LAKELAND, FL - MARCH 01: Tim Tebow (15) of the Mets warms up while in the on deck circle during the spring training game between the New York Mets and the Detroit Tigers on March 01, 2019 at Joker Marchant Stadium in Lakeland, Florida. (Photo by Cliff Welch/Icon Sportswire)

Few would agree it’s likely to happen, but it would be highly appropriate, perhaps even miraculous, if the New York Mets’ organization claimed yet another miracle, albeit it a minor one, on the fiftieth anniversary of the 1969 “Amazing Mets,” a perennial cellar-dweller whose roster was loaded with players who spent time with the AAA Jacksonville Suns in the International League and seemingly came out of nowhere to win 38 of their final 49 regular-season games that summer to unexpectedly capture their division and defeat Atlanta for the National League pennant before beating the Baltimore Orioles in five games to win the World Series.

There’s a chance it could happen again this summer, but most likely not in the Big Apple. It might happen, however, in Syracuse — the Mets’ new AAA affiliate in the fourteen-team International League, the oldest and most storied minor league in the country.

With opening day scheduled for later today, here’s how we see the International League race shaping up.

North Division

Syracuse Mets (New York Mets)
Manager: Tony DeFrancesco
2018: 64-76, Tied 4th Place
2019 Prediction: First Place

With several former MLB players in their thirties on its roster, including two-time National League All Star outfielder Carlos Gomez and 38-year-old Rajai Davis, who stole 415 bases while playing in the majors in each of the last thirteen seasons, Syracuse boasts one of the most experienced teams in the International League. The Mets will be a legitimate contender for the North Division title and arguably have all of the pieces in place to narrowly overtake the Lehigh Valley IronPigs (84-56), the defending division champions, in what will surely be a hotly-contested division race this summer.

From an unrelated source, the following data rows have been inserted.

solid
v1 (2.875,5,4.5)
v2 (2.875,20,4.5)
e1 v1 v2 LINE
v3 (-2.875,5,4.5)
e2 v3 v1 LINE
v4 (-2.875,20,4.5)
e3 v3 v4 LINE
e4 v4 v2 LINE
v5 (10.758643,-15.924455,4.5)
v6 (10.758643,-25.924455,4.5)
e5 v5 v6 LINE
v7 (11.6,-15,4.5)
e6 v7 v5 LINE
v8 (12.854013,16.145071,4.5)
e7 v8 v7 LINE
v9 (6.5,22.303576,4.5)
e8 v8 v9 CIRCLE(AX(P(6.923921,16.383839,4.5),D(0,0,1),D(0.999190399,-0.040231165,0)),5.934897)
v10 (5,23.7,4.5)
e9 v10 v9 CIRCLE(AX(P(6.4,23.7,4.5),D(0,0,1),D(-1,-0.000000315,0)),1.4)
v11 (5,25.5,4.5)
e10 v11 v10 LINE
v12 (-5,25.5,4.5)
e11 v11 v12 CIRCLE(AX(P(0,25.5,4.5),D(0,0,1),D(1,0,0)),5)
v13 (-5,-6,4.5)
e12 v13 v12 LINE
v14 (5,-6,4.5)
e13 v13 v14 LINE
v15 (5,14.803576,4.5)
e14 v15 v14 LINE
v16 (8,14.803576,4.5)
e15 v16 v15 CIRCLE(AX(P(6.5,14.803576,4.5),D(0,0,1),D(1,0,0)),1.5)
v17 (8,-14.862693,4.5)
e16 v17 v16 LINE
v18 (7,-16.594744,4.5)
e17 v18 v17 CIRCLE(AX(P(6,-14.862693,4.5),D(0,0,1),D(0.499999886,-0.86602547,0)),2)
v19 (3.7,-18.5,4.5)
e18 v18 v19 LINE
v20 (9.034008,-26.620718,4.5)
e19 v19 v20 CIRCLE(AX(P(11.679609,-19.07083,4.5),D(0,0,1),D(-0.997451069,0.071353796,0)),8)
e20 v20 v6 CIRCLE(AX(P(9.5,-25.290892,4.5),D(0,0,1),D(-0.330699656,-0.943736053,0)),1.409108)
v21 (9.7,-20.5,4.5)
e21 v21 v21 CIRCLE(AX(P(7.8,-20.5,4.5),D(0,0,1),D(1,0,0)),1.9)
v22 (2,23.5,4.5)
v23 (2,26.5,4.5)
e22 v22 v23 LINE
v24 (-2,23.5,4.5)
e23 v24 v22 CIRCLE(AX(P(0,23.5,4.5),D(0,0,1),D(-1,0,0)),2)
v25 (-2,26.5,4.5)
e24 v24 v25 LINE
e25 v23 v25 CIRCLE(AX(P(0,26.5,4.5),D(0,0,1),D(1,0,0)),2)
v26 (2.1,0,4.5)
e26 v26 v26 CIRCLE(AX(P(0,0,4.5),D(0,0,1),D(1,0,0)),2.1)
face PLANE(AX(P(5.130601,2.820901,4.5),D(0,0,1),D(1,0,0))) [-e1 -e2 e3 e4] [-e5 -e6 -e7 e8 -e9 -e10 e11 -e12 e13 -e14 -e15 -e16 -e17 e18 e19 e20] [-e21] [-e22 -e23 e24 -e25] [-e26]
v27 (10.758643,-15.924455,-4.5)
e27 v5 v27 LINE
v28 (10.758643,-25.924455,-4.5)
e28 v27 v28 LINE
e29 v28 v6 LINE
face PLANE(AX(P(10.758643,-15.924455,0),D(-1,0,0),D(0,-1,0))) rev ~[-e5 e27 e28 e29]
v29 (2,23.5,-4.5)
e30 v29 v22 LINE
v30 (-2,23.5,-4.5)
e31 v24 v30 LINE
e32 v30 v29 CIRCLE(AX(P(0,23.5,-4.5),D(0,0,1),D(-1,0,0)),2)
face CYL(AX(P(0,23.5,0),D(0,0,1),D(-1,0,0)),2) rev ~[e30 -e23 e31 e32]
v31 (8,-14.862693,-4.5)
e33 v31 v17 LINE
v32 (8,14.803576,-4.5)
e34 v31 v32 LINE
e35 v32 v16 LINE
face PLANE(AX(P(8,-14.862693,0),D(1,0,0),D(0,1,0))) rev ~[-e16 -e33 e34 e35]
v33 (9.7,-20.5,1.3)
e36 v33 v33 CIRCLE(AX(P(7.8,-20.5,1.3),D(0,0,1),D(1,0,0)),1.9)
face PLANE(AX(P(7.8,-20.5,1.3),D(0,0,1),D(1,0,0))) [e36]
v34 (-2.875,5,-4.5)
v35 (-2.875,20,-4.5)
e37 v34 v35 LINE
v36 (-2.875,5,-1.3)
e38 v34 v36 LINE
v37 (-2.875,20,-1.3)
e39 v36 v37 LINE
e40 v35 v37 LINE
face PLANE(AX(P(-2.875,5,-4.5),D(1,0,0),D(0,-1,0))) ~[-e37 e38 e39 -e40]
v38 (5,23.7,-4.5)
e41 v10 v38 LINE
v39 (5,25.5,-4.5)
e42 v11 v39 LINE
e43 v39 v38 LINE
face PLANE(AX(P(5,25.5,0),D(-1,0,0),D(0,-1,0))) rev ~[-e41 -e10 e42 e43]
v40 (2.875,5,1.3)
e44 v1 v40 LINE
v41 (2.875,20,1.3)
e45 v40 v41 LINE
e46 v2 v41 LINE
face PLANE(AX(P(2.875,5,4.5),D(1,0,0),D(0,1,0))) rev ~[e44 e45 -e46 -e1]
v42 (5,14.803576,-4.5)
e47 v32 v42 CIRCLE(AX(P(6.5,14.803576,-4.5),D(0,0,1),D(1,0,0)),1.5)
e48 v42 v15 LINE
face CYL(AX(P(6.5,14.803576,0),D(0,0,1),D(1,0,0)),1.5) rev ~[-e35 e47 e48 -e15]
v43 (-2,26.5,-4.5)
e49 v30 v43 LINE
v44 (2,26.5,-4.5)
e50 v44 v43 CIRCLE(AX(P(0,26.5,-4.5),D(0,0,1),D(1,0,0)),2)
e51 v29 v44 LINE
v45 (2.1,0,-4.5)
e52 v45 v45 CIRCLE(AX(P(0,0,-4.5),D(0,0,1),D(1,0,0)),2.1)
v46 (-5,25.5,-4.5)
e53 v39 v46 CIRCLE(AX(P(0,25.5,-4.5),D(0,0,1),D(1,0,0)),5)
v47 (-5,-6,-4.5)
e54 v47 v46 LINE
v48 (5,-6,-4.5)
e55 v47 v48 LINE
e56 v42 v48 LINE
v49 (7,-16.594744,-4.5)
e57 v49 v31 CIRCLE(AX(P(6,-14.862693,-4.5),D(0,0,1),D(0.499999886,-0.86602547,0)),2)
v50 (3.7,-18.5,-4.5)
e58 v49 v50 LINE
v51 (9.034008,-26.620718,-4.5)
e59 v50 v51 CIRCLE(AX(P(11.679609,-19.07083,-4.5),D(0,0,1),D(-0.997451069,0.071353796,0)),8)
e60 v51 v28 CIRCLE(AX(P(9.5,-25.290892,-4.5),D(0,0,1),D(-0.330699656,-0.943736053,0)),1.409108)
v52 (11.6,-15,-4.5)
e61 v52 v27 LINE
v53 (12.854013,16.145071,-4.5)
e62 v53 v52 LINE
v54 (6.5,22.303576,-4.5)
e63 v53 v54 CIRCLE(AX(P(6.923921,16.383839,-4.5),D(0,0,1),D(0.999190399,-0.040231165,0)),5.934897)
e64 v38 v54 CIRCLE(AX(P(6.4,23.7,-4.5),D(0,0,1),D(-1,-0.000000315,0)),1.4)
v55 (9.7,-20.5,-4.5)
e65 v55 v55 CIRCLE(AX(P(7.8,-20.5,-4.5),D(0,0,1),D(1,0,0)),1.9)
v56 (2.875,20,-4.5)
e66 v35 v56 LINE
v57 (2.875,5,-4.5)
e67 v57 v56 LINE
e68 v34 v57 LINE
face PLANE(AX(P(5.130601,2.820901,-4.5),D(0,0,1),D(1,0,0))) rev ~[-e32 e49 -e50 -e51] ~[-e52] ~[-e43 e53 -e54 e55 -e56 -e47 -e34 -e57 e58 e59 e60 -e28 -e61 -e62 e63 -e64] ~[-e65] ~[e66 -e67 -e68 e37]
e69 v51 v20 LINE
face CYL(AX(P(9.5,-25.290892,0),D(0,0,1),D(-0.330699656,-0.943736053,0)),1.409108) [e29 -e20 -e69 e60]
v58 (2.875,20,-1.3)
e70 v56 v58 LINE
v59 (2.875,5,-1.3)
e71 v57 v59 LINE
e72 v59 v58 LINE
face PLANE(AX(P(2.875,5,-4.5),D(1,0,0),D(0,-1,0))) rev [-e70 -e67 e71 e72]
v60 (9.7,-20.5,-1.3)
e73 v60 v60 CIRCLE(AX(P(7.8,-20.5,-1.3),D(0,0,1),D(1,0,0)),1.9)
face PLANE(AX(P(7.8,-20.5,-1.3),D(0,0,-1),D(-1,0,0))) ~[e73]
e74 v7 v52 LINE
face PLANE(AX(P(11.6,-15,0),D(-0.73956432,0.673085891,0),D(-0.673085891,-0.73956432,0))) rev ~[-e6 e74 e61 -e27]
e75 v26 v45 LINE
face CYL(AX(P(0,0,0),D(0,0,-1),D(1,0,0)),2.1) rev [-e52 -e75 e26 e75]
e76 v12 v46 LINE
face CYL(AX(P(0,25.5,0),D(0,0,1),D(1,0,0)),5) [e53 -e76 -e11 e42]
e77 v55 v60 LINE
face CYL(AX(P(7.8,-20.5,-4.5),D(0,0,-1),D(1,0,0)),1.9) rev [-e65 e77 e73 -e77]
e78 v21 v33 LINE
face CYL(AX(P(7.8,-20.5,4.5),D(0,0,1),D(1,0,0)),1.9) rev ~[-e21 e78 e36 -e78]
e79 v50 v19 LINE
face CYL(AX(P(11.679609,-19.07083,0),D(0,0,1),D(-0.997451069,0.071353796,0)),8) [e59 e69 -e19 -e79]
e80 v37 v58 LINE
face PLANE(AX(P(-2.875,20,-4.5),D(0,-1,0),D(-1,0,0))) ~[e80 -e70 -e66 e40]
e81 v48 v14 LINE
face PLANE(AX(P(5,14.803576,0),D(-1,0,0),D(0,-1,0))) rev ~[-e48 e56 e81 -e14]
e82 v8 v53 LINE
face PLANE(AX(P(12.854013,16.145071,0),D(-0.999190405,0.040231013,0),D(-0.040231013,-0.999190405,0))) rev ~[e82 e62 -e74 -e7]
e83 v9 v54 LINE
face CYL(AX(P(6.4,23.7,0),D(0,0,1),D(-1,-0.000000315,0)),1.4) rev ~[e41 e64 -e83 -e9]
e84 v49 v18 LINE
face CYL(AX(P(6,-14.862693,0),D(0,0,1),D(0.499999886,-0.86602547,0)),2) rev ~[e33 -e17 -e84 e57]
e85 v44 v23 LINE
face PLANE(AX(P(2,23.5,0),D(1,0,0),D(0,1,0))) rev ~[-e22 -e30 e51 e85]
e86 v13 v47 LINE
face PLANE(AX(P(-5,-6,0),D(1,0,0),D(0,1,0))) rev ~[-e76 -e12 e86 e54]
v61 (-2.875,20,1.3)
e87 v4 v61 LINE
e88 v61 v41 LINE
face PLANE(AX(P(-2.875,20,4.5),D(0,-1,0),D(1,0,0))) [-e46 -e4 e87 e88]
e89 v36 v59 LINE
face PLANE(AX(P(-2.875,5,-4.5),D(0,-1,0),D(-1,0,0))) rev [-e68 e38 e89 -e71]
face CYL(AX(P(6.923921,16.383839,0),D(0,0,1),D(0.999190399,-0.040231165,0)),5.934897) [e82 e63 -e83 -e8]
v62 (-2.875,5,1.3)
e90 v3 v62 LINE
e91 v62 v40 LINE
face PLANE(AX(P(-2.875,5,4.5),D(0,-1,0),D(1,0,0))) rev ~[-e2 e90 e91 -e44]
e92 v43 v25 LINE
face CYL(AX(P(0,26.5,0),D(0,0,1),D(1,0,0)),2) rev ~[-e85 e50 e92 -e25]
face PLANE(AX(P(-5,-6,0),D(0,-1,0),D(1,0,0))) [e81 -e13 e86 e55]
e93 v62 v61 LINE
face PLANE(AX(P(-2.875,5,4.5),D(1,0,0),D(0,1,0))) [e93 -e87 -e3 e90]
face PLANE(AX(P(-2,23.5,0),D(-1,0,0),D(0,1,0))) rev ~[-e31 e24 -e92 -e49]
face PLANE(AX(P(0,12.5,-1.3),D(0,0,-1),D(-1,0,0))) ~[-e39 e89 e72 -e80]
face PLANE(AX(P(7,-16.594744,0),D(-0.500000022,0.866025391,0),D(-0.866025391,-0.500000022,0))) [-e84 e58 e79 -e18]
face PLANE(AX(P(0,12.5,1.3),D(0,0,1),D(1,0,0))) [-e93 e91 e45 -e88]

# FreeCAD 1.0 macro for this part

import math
import FreeCAD as App
import Part
import Sketcher
from FreeCAD import Vector
Q = App.Units.Quantity

doc = App.newDocument("Part")
body = doc.addObject("PartDesign::Body", "Body")

# Sketch on XY plane
sketch1 = body.newObject("Sketcher::SketchObject", "Sketch")
sketch1.AttachmentSupport = (doc.getObject("XY_Plane"), [""])
sketch1.MapMode = "FlatFace"
sketch1.addGeometry(Part.LineSegment(Vector(-5, -6, 0), Vector(5, -6, 0)), False)
sketch1.addGeometry(Part.LineSegment(Vector(5, -6, 0), Vector(5, 14.8, 0)), False)
sketch1.addGeometry(Part.ArcOfCircle(Part.Circle(Vector(6.5, 14.8, 0), Vector(0, 0, 1), 1.5), math.radians(0), math.radians(180)), False)
sketch1.addGeometry(Part.LineSegment(Vector(8, 14.8, 0), Vector(8, -14.9, 0)), False)
sketch1.addGeometry(Part.ArcOfCircle(Part.Circle(Vector(6, -14.9, 0), Vector(0, 0, 1), 2), math.radians(-60), math.radians(0)), False)
sketch1.addGeometry(Part.LineSegment(Vector(7, -16.6, 0), Vector(3.7, -18.5, 0)), False)
sketch1.addGeometry(Part.ArcOfCircle(Part.Circle(Vector(11.7, -19.1, 0), Vector(0, 0, 1), 8), math.radians(176), math.radians(251)), False)
sketch1.addGeometry(Part.ArcOfCircle(Part.Circle(Vector(9.5, -25.3, 0), Vector(0, 0, 1), 1.4), math.radians(-109), math.radians(-27)), False)
sketch1.addGeometry(Part.LineSegment(Vector(10.8, -25.9, 0), Vector(10.8, -15.9, 0)), False)
sketch1.addGeometry(Part.LineSegment(Vector(10.8, -15.9, 0), Vector(11.6, -15, 0)), False)
sketch1.addGeometry(Part.LineSegment(Vector(11.6, -15, 0), Vector(12.9, 16.1, 0)), False)
sketch1.addGeometry(Part.ArcOfCircle(Part.Circle(Vector(6.9, 16.4, 0), Vector(0, 0, 1), 5.9), math.radians(-2), math.radians(94)), False)
sketch1.addGeometry(Part.ArcOfCircle(Part.Circle(Vector(6.4, 23.7, 0), Vector(0, 0, 1), 1.4), math.radians(-180), math.radians(-86)), False)
sketch1.addGeometry(Part.LineSegment(Vector(5, 23.7, 0), Vector(5, 25.5, 0)), False)
sketch1.addGeometry(Part.ArcOfCircle(Part.Circle(Vector(0, 25.5, 0), Vector(0, 0, 1), 5), math.radians(0), math.radians(180)), False)
sketch1.addGeometry(Part.LineSegment(Vector(-5, 25.5, 0), Vector(-5, -6, 0)), False)
sketch1.addGeometry(Part.Circle(Vector(0, 0, 0), Vector(0, 0, 1), 2.1), False)
sketch1.addGeometry(Part.ArcOfCircle(Part.Circle(Vector(0, 23.5, 0), Vector(0, 0, 1), 2), math.radians(180), math.radians(360)), False)
sketch1.addGeometry(Part.LineSegment(Vector(-2, 23.5, 0), Vector(-2, 26.5, 0)), False)
sketch1.addGeometry(Part.ArcOfCircle(Part.Circle(Vector(0, 26.5, 0), Vector(0, 0, 1), 2), math.radians(0), math.radians(180)), False)
sketch1.addGeometry(Part.LineSegment(Vector(2, 26.5, 0), Vector(2, 23.5, 0)), False)
sketch1.addConstraint(Sketcher.Constraint("Coincident", 0, 2, 1, 1))
sketch1.addConstraint(Sketcher.Constraint("Tangent", 1, 2, 2, 2))
sketch1.addConstraint(Sketcher.Constraint("Tangent", 2, 1, 3, 1))
sketch1.addConstraint(Sketcher.Constraint("Tangent", 3, 2, 4, 2))
sketch1.addConstraint(Sketcher.Constraint("Tangent", 4, 1, 5, 1))
sketch1.addConstraint(Sketcher.Constraint("Coincident", 5, 2, 6, 1))
sketch1.addConstraint(Sketcher.Constraint("Tangent", 6, 2, 7, 1))
sketch1.addConstraint(Sketcher.Constraint("Coincident", 7, 2, 8, 1))
sketch1.addConstraint(Sketcher.Constraint("Coincident", 8, 2, 9, 1))
sketch1.addConstraint(Sketcher.Constraint("Coincident", 9, 2, 10, 1))
sketch1.addConstraint(Sketcher.Constraint("Tangent", 10, 2, 11, 1))
sketch1.addConstraint(Sketcher.Constraint("Tangent", 11, 2, 12, 2))
sketch1.addConstraint(Sketcher.Constraint("Tangent", 12, 1, 13, 1))
sketch1.addConstraint(Sketcher.Constraint("Tangent", 13, 2, 14, 1))
sketch1.addConstraint(Sketcher.Constraint("Tangent", 14, 2, 15, 1))
sketch1.addConstraint(Sketcher.Constraint("Coincident", 15, 2, 0, 1))
sketch1.addConstraint(Sketcher.Constraint("Tangent", 17, 1, 18, 1))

With right-handers Chris Flexen, Drew Gagnon and Corey Oswalt on the mound, any three of whom could be called up to the majors in an emergency situation, Syracuse also has a formidable pitching staff.

With the addition of former football star-turned-celebrity Tim Tebow, who hit .273 and blasted six home runs last season at AA Binghamton before injuring his hand, the excitement in Syracuse is palpable and the inaugural Mets — the Syracuse Chiefs were formerly affiliated with the Washington Nationals — won’t let their fans down.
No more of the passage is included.